20​Pero rodeándole los discípulos, se levantó y entró en la ciudad; y al día siguiente salió con Bernabé para Derbe.​ 21​Y después de anunciar el evangelio a aquella ciudad y de hacer muchos discípulos, volvieron a Listra, a Iconio y a Antioquía,​ 22​confirmando los ánimos de los discípulos, exhortándoles a que permaneciesen en la fe, y diciéndoles: Es necesario que a través de muchas tribulaciones entremos en el reino de Dios.​ 23​Y constituyeron ancianos en cada iglesia, y habiendo orado con ayunos, los encomendaron al Señor en quien habían creído.

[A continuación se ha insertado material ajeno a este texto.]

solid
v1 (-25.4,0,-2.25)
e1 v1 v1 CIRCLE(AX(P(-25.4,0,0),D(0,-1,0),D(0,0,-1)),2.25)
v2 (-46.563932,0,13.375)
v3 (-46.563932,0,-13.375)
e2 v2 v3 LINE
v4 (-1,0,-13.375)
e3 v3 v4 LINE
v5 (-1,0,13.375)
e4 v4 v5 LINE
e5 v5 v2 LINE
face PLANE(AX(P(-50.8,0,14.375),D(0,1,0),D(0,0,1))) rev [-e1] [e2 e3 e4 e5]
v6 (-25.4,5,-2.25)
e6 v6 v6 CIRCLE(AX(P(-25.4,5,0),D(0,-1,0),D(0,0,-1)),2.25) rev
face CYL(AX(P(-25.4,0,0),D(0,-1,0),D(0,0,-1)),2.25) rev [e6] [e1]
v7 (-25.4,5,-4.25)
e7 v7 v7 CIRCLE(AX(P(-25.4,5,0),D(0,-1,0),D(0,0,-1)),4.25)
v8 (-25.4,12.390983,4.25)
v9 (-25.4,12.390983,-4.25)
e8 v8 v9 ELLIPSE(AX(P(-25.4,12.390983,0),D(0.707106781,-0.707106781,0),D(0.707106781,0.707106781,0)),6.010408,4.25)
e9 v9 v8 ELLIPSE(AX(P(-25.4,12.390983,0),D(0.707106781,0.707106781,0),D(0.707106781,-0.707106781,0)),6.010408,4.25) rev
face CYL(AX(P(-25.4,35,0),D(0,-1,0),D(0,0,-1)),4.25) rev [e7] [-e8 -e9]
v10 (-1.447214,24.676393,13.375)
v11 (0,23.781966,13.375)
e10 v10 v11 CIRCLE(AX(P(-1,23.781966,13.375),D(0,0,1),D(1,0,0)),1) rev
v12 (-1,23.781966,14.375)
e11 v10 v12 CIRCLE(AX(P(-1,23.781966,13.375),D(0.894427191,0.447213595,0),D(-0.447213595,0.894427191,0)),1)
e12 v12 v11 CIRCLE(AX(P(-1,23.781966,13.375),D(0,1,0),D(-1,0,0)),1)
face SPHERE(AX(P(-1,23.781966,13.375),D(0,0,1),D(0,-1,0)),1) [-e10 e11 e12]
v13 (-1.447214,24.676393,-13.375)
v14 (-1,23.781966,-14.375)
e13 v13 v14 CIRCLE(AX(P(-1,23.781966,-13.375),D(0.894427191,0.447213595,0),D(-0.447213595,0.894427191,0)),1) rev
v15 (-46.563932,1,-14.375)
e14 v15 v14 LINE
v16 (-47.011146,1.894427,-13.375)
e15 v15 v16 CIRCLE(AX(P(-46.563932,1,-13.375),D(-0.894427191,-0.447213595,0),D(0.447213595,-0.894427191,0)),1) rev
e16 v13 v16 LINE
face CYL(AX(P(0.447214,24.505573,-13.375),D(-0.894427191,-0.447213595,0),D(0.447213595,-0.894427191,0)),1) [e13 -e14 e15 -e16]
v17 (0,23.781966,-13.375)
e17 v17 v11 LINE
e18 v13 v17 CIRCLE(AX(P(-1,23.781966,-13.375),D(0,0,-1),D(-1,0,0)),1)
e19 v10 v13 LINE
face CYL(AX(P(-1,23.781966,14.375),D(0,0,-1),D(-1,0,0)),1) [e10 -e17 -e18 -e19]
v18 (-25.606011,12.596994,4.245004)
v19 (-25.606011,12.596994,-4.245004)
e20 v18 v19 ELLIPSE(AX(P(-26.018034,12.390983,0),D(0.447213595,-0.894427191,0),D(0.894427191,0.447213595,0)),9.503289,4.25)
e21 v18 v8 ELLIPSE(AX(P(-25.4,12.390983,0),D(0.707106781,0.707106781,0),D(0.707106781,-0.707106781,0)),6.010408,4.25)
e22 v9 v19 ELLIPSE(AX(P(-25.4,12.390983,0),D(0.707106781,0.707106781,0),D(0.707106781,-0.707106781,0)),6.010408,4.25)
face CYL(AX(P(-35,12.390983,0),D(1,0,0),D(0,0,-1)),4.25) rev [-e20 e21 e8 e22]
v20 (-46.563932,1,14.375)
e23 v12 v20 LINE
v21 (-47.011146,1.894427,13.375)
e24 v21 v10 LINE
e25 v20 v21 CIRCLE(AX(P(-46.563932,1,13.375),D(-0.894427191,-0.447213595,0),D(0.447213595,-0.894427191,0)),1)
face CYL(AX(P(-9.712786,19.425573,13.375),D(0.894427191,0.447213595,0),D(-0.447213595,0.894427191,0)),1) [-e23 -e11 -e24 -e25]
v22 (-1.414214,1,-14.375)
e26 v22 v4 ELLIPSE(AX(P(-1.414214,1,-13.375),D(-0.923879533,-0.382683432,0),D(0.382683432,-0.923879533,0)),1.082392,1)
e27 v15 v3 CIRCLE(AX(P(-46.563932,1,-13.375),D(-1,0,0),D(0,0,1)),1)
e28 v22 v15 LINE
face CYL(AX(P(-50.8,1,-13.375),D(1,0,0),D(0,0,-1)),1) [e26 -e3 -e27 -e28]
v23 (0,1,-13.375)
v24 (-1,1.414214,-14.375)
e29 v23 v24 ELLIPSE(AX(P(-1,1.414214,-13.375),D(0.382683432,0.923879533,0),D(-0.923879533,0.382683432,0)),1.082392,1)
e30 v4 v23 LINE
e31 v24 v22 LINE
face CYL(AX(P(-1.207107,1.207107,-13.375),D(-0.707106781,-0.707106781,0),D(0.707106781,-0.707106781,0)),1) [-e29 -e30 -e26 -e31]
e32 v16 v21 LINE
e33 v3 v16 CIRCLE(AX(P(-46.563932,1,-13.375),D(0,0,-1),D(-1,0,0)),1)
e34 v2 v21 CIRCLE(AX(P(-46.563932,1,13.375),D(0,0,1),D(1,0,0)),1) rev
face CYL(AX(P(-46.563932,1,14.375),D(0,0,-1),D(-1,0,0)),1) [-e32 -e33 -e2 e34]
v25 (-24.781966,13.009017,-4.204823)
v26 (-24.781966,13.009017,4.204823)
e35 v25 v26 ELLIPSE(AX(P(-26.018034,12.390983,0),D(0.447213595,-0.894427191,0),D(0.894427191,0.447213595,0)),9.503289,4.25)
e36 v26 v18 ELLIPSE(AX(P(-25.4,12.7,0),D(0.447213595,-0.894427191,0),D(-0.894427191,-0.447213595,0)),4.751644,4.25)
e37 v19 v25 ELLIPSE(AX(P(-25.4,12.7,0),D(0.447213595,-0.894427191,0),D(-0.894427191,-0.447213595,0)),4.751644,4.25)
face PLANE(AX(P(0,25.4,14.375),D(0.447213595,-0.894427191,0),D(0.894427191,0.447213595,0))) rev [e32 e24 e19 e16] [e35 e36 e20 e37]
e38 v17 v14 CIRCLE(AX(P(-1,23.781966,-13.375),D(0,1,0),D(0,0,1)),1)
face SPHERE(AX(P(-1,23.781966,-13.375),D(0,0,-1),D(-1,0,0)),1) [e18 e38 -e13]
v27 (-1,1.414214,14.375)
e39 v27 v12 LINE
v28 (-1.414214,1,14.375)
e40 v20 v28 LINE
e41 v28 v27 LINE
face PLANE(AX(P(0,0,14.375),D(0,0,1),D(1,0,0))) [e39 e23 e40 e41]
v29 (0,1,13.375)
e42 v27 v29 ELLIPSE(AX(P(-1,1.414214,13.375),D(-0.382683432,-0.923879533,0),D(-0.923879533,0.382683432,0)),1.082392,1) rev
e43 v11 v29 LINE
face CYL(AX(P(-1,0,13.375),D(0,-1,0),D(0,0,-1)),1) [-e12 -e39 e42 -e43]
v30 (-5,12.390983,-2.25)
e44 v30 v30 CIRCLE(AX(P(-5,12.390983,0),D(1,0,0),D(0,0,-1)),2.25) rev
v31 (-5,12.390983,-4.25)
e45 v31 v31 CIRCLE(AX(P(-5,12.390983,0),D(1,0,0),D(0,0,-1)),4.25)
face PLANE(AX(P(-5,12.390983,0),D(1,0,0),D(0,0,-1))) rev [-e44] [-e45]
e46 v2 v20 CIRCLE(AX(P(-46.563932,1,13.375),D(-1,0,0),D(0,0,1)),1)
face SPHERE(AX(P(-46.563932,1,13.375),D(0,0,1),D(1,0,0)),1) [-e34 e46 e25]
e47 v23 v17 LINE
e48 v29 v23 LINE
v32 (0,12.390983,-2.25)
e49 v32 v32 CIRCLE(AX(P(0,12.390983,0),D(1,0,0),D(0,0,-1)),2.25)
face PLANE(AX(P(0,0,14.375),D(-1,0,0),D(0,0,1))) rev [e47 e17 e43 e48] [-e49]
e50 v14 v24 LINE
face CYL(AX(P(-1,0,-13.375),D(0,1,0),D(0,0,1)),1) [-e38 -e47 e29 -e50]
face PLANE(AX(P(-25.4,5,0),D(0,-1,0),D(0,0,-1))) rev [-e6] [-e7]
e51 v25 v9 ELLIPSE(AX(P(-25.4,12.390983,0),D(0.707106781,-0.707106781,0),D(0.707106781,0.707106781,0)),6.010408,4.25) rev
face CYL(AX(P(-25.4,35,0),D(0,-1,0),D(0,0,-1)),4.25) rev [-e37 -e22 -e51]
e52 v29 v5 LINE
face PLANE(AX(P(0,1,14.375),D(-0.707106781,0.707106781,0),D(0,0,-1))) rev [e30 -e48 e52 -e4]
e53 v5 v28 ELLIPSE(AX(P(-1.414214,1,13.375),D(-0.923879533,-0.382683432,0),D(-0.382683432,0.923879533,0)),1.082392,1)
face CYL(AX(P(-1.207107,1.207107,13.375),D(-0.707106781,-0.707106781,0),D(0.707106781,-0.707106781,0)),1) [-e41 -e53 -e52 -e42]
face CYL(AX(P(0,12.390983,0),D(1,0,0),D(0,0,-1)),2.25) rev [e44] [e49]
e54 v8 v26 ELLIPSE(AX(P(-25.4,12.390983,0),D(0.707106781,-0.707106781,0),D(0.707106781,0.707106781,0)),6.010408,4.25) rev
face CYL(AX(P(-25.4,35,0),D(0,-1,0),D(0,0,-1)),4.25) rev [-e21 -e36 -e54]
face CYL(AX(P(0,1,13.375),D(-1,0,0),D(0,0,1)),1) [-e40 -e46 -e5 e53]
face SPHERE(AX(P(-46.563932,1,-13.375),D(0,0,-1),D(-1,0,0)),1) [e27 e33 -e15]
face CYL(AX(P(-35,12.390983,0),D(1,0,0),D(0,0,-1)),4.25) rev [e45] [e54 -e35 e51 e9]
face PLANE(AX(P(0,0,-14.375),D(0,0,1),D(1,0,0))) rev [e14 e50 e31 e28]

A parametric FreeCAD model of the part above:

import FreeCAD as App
import Part
import Sketcher
from FreeCAD import Vector


def edges_at(feature, points):
    """Names of the edges that pass closest to the given points."""
    edges = feature.Shape.Edges
    near = lambda p: min(range(len(edges)), key=lambda i: edges[i].distToShape(Part.Vertex(*p))[0])
    return sorted({f"Edge{near(p) + 1}" for p in points})


def add_polygon(sketch, points):
    """Adds a closed chain of lines whose ends are joined by coincident constraints."""
    first, n = sketch.GeometryCount, len(points)
    for a, b in zip(points, points[1:] + points[:1]):
        sketch.addGeometry(Part.LineSegment(App.Vector(*a, 0), App.Vector(*b, 0)), False)
    for i in range(n):
        sketch.addConstraint(Sketcher.Constraint("Coincident", first + i, 2, first + (i + 1) % n, 1))

doc = App.newDocument("Part")
body = doc.addObject("PartDesign::Body", "Body")

# Sketch on XY plane
sketch1 = body.newObject("Sketcher::SketchObject", "Sketch")
sketch1.AttachmentSupport = (doc.getObject("XY_Plane"), [""])
sketch1.MapMode = "FlatFace"
add_polygon(sketch1, [(0, 0), (0, 25.4), (-50.8, 0)])  # lines 0-2
sketch1.addConstraint([
    Sketcher.Constraint("Vertical", 0),
    Sketcher.Constraint("Horizontal", 2),
    Sketcher.Constraint("Coincident", 2, 2, -1, 1),
    Sketcher.Constraint("DistanceX", 2, 1, 2, 2, 50.8),
    Sketcher.Constraint("DistanceY", 0, 1, 0, 2, 25.4),
])
pad1 = body.newObject("PartDesign::Pad", "Pad")
pad1.Profile = sketch1
pad1.Length = 28.75
pad1.Midplane = True

# Sketch on YZ plane
sketch2 = body.newObject("Sketcher::SketchObject", "Sketch001")
sketch2.AttachmentSupport = (doc.getObject("YZ_Plane"), [""])
sketch2.MapMode = "FlatFace"
sketch2.addGeometry(Part.Circle(Vector(12.390983, 0, 0), Vector(0, 0, 1), 2.25), False)
sketch2.addConstraint([
    Sketcher.Constraint("PointOnObject", 0, 3, -1),
    Sketcher.Constraint("Diameter", 0, 4.5),
    Sketcher.Constraint("DistanceX", -1, 1, 0, 3, 12.390983),
])
doc.recompute()
hole = body.newObject("PartDesign::Hole", "Hole")
hole.Profile = sketch2
hole.ThreadType = "None"
hole.Diameter = 4.5
hole.DepthType = "ThroughAll"

# Sketch on YZ plane
sketch3 = body.newObject("Sketcher::SketchObject", "Sketch002")
sketch3.AttachmentSupport = (doc.getObject("YZ_Plane"), [""])
sketch3.MapMode = "FlatFace"
sketch3.AttachmentOffset = App.Placement(Vector(0, 0, -5), App.Rotation())
sketch3.addGeometry(Part.Circle(Vector(12.390983, 0, 0), Vector(0, 0, 1), 4.25), False)
sketch3.addConstraint([
    Sketcher.Constraint("PointOnObject", 0, 3, -1),
    Sketcher.Constraint("Diameter", 0, 8.5),
    Sketcher.Constraint("DistanceX", -1, 1, 0, 3, 12.390983),
])
pocket1 = body.newObject("PartDesign::Pocket", "Pocket")
pocket1.Profile = sketch3
pocket1.Length = 30

# Sketch on XZ plane
sketch4 = body.newObject("Sketcher::SketchObject", "Sketch003")
sketch4.AttachmentSupport = (doc.getObject("XZ_Plane"), [""])
sketch4.MapMode = "FlatFace"
sketch4.addGeometry(Part.Circle(Vector(-25.4, 0, 0), Vector(0, 0, 1), 2.25), False)
sketch4.addConstraint([
    Sketcher.Constraint("PointOnObject", 0, 3, -1),
    Sketcher.Constraint("Diameter", 0, 4.5),
    Sketcher.Constraint("DistanceX", 0, 3, -1, 1, 25.4),
])
doc.recompute()
hole2 = body.newObject("PartDesign::Hole", "Hole001")
hole2.Profile = sketch4
hole2.ThreadType = "None"
hole2.Diameter = 4.5
hole2.DepthType = "ThroughAll"

# Sketch on XZ plane
sketch5 = body.newObject("Sketcher::SketchObject", "Sketch004")
sketch5.AttachmentSupport = (doc.getObject("XZ_Plane"), [""])
sketch5.MapMode = "FlatFace"
sketch5.AttachmentOffset = App.Placement(Vector(0, 0, -5), App.Rotation())
sketch5.addGeometry(Part.Circle(Vector(-25.4, 0, 0), Vector(0, 0, 1), 4.25), False)
sketch5.addConstraint([
    Sketcher.Constraint("PointOnObject", 0, 3, -1),
    Sketcher.Constraint("Diameter", 0, 8.5),
    Sketcher.Constraint("DistanceX", 0, 3, -1, 1, 25.4),
])
pocket2 = body.newObject("PartDesign::Pocket", "Pocket001")
pocket2.Profile = sketch5
pocket2.Length = 30
doc.recompute()

chamfer = body.newObject("PartDesign::Chamfer", "Chamfer")
chamfer.Base = (pocket2, edges_at(pocket2, [(0, 0, 0)]))
chamfer.Size = 1
doc.recompute()

fillet = body.newObject("PartDesign::Fillet", "Fillet")
fillet.Base = (chamfer, edges_at(chamfer, [
    (-25.4, 12.7, 14.375),
    (-25.4, 12.7, -14.375),
    (-25.9, 0, -14.375),
    (-25.9, 0, 14.375),
    (0, 13.2, -14.375),
    (0, 13.2, 14.375),
    (-0.5, 0.5, -14.375),
    (-0.5, 0.5, 14.375),
    (-50.8, 0, 0),
    (0, 25.4, 0),
]))
fillet.Radius = 1

doc.recompute()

Si leemos el contexto del capítulo 13, vemos que Pablo había pasado por Antioquía de Pisidia y en el capítulo 14 por Iconio y Listra. En ninguna de las ciudades él había sido bien recibido, en realidad, casi sale muerto de Listra (véase v. 19). Sin embargo, vemos que Pablo había dejado algunos discípulos que lo recibieron en Listra antes de partir para Derbe y allí anunciar también el evangelio. Cuando Pablo vuelve a Listra, Iconio y Antioquia, se encuentra con un grupo de “muchos discípulos” y se termina quedando con ellos algún tiempo “confirmando los ánimos de los discípulos, exhortándoles a que permaneciesen en la fe…” (v. 22).

Pero miremos lo que pasa inmediatamente después. Pablo no se queda en esta posición de maestro-discipulador siempre. Dice el texto “y constituyeron ancianos en cada iglesia…” es decir que Pablo buscó quienes le podría remplazar en esta tarea y que pudiera quedarse con los discípulos cumpliendo la función pastoral, y trató de establecer un liderazgo local en cada iglesia. Por otras palabras él se sacó de en cima esta función de discipular y desarrollar a los nuevos discípulos para que él pudiera seguir con el llamado que le había sido dado por el Espíritu Santo en Hechos 13:1-3.

Como vimos anteriormente, el rol de un misionero es como el de una estructura en un edificio que es útil mientras el edificio no se puede sostener por si solo. El misionero es asignado a un determinado ministerio debido a una necesidad existente en la iglesia siendo establecida en un país, pero al mismo tiempo su función es buscar y entrenar alguien que pueda hacer su trabajo para que él siga cumpliendo con su llamado misionero. Doy dos ejemplos:

  • Ejemplo 1: El misionero puede ser enviado para abrir el trabajo en un nuevo país y mientras lo hace tiene que evangelizar, discipular, ser pastor del nuevo grupo, organizar su primera iglesia en el país. Pero al mismo tiempo que está haciendo esto, su función es también estar buscar quien pueda tomar el lugar de pastor en la primera iglesia, para que el pueda dedicarse a plantar la segunda.
  • Ejemplo 2: El misionero puede ser enviado para manejar proyectos de compasión en un lugar en donde la iglesia no tiene este ministerio muy desarrollado. Como resultado, le va tocar responder a situaciones de desarrollo social y comunitario, de crisis o de prevención social, pero mientras hace esto, debe estar buscando y entrenando a alguien que esté a su lado que pueda venir a tomar esta responsabilidad así permitiéndole seguir con su llamado misionero.

Por otras palabras, se puede decir que el misionero se debe reproducir en otras personas autóctonas para que ellas sigan contextualizando y haciendo relevante el ministerio en su contexto de servicio.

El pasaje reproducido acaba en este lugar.